Other ancient Semitic groups, including the early Hebrews, the Moabites, and the Aramaeans, used variants of Phoenician writing. Aramaic became the dominant language in the Middle East from the 6th century BC on, adopted by the Persian Empire and by the Jews of Palestine. The square letter shapes of Aramaic diverged from the pointed Phoenician letters, and they became the basis for several later alphabets, including Arabic and the form of written Hebrew still used today.
The present-day Hebrew and Arabic alphabets still consist of consonant letters only, Hebrew having 22 letters and Arabic 28. Some of these letters, however, acquired the added function of representing long vowels. Another method of indicating vowels in written Hebrew or Arabic is by adding dots or dashes placed below, above, or to the side of the consonant. This system for indicating vowels developed for Arabic, Hebrew, and Aramaic during the 8th and 9th centuries AD to ensure the correct reading of sacred texts, and avoid the multiple readings possible when vowels are missing. Bls, for example, could be read as bless, bliss, bills, or bales. Like Phoenician and other Semitic languages, Arabic, Hebrew, and Aramaic are written from the right to the left. See Arabic Language; Hebrew Language; Aramaic Language; Semitic Languages.

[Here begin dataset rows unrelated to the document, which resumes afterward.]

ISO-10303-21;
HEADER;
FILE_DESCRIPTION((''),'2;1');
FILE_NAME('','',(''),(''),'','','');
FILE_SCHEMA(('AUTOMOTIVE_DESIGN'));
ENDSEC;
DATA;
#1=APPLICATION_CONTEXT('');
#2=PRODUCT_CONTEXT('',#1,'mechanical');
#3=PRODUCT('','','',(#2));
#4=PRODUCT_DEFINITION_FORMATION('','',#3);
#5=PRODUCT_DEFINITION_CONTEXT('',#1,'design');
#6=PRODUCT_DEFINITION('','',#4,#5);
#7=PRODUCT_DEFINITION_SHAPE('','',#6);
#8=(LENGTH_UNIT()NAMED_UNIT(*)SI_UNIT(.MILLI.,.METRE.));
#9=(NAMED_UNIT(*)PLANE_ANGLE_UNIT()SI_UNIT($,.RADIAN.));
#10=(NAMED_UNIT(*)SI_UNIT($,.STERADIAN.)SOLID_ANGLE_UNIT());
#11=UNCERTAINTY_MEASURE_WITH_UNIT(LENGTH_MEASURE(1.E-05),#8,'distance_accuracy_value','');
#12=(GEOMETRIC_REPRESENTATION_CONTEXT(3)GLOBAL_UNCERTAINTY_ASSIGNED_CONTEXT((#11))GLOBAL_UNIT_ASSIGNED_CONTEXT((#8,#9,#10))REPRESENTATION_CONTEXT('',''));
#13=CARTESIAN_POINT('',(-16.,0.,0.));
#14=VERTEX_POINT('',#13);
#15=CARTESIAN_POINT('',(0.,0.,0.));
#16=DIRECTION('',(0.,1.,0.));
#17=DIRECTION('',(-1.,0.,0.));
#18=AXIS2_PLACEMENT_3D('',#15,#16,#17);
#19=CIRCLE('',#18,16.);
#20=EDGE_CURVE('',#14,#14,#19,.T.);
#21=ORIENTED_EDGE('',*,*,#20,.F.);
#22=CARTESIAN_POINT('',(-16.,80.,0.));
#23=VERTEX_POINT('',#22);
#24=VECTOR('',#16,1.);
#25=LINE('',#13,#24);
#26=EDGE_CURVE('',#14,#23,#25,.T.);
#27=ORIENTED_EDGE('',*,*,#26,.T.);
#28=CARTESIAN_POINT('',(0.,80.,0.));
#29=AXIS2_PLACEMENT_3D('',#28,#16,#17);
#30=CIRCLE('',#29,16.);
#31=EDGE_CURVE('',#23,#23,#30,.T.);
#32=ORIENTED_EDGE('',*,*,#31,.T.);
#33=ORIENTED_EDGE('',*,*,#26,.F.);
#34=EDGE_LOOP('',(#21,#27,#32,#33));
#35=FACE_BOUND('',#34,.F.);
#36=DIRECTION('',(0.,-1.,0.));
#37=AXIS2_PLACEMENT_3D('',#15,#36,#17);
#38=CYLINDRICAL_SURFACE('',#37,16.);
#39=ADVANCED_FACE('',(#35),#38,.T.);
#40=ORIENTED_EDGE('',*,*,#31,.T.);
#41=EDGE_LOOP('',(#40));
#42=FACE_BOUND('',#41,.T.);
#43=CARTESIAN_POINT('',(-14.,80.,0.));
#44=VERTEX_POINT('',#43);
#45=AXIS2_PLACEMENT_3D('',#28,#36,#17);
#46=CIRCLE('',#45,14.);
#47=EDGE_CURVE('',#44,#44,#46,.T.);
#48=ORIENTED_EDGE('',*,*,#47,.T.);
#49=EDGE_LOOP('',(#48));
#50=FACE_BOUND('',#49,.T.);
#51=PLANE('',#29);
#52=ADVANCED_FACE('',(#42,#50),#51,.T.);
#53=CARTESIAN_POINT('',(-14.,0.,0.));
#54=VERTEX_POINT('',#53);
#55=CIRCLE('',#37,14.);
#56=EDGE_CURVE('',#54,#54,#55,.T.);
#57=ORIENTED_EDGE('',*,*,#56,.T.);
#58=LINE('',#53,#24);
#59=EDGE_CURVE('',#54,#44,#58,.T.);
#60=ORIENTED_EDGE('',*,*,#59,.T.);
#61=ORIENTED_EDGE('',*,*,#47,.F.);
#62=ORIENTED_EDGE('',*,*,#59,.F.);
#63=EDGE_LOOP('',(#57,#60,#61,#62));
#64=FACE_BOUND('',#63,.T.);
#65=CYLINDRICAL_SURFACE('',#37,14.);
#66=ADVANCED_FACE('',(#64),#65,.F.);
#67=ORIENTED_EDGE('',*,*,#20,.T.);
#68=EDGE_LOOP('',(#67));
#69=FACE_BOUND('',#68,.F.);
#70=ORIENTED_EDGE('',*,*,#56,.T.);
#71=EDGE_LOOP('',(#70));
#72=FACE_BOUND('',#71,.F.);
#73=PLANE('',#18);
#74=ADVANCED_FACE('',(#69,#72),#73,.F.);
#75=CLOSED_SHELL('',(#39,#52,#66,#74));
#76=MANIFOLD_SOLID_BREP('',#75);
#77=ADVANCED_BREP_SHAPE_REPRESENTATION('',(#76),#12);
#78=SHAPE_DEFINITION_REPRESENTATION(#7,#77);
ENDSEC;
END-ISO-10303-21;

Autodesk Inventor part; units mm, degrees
ref_plane "YZ Plane" through (0, 0, 0) normal (1, 0, 0) x (0, 1, 0)
ref_plane "XZ Plane" through (0, 0, 0) normal (0, 1, 0) x (-1, 0, 0)
ref_plane "XY Plane" through (0, 0, 0) normal (0, 0, 1) x (1, 0, 0)
sketch "Szkic1" plane through (0, 0, 0) normal (0, 1, 0) x (-1, 0, 0)
  circle A0 centre (0, 0) radius 16
  dimension "d0" = 32
extrude "Wyciągnięcie proste1" add sketch "Szkic1" along normal blind 80
shell "Skorupa1" thickness 2 removed faces 2 at (-4.7224, 0, 2.4785) at (-4.7224, 80, 2.4785)
properties part number "Rura_pionowa_kolka_rzedniego" material "Aluminium AW-7020"
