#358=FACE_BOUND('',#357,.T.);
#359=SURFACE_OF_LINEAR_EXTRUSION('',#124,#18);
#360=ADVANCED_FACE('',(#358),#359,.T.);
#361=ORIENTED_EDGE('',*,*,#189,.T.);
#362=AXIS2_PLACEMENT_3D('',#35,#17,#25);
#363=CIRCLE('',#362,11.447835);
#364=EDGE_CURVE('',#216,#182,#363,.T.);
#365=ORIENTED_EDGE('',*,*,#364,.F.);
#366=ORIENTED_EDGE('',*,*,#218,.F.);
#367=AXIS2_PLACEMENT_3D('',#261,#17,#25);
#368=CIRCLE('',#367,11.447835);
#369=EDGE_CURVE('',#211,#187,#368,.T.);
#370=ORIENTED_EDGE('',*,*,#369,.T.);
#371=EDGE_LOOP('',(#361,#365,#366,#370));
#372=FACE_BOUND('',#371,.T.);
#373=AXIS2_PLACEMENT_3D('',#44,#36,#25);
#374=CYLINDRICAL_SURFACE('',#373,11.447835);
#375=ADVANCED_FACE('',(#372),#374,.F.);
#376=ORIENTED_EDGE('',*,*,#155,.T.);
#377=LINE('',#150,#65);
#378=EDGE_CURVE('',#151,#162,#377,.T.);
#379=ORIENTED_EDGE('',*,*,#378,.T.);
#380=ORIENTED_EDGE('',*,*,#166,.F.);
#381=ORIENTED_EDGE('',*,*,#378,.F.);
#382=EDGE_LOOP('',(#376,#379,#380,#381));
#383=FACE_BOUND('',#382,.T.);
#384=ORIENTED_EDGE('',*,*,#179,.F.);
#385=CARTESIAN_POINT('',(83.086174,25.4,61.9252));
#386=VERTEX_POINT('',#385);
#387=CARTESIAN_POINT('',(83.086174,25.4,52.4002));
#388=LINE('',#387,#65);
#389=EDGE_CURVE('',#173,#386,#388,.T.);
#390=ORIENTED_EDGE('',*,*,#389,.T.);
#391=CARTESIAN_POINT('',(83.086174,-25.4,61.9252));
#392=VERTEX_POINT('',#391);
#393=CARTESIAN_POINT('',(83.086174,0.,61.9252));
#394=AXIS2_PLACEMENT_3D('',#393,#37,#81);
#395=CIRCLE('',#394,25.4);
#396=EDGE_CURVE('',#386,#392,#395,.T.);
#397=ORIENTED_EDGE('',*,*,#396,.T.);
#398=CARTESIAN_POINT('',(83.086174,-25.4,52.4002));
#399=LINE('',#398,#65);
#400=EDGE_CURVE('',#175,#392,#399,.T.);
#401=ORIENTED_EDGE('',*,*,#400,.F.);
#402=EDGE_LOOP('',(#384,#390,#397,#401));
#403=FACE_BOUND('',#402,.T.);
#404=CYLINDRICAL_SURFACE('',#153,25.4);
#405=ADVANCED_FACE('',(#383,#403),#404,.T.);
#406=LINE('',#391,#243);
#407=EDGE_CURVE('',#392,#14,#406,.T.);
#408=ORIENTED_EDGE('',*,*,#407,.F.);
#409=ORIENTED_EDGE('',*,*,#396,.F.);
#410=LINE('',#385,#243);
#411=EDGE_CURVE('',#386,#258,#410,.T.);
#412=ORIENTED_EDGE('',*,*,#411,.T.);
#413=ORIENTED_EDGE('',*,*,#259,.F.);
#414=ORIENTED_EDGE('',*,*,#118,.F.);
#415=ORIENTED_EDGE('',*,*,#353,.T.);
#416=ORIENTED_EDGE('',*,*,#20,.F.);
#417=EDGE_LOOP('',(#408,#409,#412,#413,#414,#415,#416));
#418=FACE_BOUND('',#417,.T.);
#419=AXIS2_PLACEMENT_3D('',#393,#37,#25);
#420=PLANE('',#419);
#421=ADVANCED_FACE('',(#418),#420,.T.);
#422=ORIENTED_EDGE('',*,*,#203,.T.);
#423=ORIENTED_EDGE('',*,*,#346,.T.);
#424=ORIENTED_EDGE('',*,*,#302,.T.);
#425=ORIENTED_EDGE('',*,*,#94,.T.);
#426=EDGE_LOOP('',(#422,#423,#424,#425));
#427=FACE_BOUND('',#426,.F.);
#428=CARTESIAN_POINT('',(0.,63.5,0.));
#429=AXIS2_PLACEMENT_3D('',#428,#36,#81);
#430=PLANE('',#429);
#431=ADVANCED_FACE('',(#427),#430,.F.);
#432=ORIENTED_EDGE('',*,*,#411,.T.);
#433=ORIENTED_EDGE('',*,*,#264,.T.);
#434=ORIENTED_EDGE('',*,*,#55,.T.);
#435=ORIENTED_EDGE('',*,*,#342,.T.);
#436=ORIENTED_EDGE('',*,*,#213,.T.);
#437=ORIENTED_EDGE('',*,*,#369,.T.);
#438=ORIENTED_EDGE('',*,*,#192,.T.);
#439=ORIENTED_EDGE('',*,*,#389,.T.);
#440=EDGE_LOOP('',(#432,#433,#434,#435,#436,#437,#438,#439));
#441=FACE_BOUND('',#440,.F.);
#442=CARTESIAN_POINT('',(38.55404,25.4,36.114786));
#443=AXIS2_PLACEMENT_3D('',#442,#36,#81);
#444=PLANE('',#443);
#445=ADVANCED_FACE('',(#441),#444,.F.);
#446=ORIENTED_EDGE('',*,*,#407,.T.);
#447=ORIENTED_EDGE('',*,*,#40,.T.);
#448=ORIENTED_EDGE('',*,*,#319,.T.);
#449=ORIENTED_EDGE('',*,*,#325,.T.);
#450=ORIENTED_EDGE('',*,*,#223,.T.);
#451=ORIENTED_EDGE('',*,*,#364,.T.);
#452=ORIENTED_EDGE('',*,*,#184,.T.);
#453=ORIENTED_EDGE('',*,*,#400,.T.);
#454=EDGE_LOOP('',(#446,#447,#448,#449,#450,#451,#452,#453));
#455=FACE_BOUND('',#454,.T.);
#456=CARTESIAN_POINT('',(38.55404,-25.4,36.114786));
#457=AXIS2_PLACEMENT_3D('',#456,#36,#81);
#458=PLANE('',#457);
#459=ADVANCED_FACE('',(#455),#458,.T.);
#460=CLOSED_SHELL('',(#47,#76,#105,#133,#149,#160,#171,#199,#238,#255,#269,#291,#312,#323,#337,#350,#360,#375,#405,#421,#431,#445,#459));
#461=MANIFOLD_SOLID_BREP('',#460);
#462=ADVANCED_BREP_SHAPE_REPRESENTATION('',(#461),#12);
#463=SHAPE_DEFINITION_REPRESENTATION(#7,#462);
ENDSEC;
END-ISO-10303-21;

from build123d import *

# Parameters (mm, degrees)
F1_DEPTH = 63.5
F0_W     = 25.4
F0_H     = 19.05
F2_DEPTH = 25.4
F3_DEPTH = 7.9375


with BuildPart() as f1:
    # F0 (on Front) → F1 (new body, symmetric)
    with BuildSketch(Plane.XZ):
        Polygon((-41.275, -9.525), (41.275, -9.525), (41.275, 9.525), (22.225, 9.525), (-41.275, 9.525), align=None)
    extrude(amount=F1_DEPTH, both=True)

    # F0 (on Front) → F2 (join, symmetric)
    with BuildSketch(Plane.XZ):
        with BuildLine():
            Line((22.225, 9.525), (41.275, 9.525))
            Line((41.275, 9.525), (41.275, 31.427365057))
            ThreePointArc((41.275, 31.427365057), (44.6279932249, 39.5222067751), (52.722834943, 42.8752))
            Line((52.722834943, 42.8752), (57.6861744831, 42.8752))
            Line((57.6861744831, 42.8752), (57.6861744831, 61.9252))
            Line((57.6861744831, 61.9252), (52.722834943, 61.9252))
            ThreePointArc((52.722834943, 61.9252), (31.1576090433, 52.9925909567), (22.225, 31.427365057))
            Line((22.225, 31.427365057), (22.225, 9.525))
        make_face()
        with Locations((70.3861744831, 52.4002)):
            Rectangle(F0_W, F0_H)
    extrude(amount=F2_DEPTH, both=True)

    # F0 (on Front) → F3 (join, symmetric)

Many scholars believe that about 1000 BC four branches developed from the original North Semitic alphabet: South Semitic, Canaanite, Aramaic, and Greek. (Other scholars, however, believe that South Semitic developed independently from North Semitic or that both developed from a common ancestor.) The South Semitic branch was the ancestor of the alphabets of now-extinct languages once used in the Arabian Peninsula and of the alphabets used for the modern languages of Ethiopia and Eritrea, in particular Amharic and Tigrinya. Canaanite was subdivided into Early Hebrew and Phoenician, and the extremely important Aramaic branch became the basis of Semitic and non-Semitic scripts throughout western and southern Asia. The non-Semitic group was the basis of the alphabets of nearly all Indian and Southeast Asian scripts.

B Greek and Roman Alphabets

Greek Alphabet
Ancient and modern Greek are both written in the Greek alphabet, which consists of 24 letters. The word alphabet comes from the first two letters of the Greek alphabet, alpha and beta.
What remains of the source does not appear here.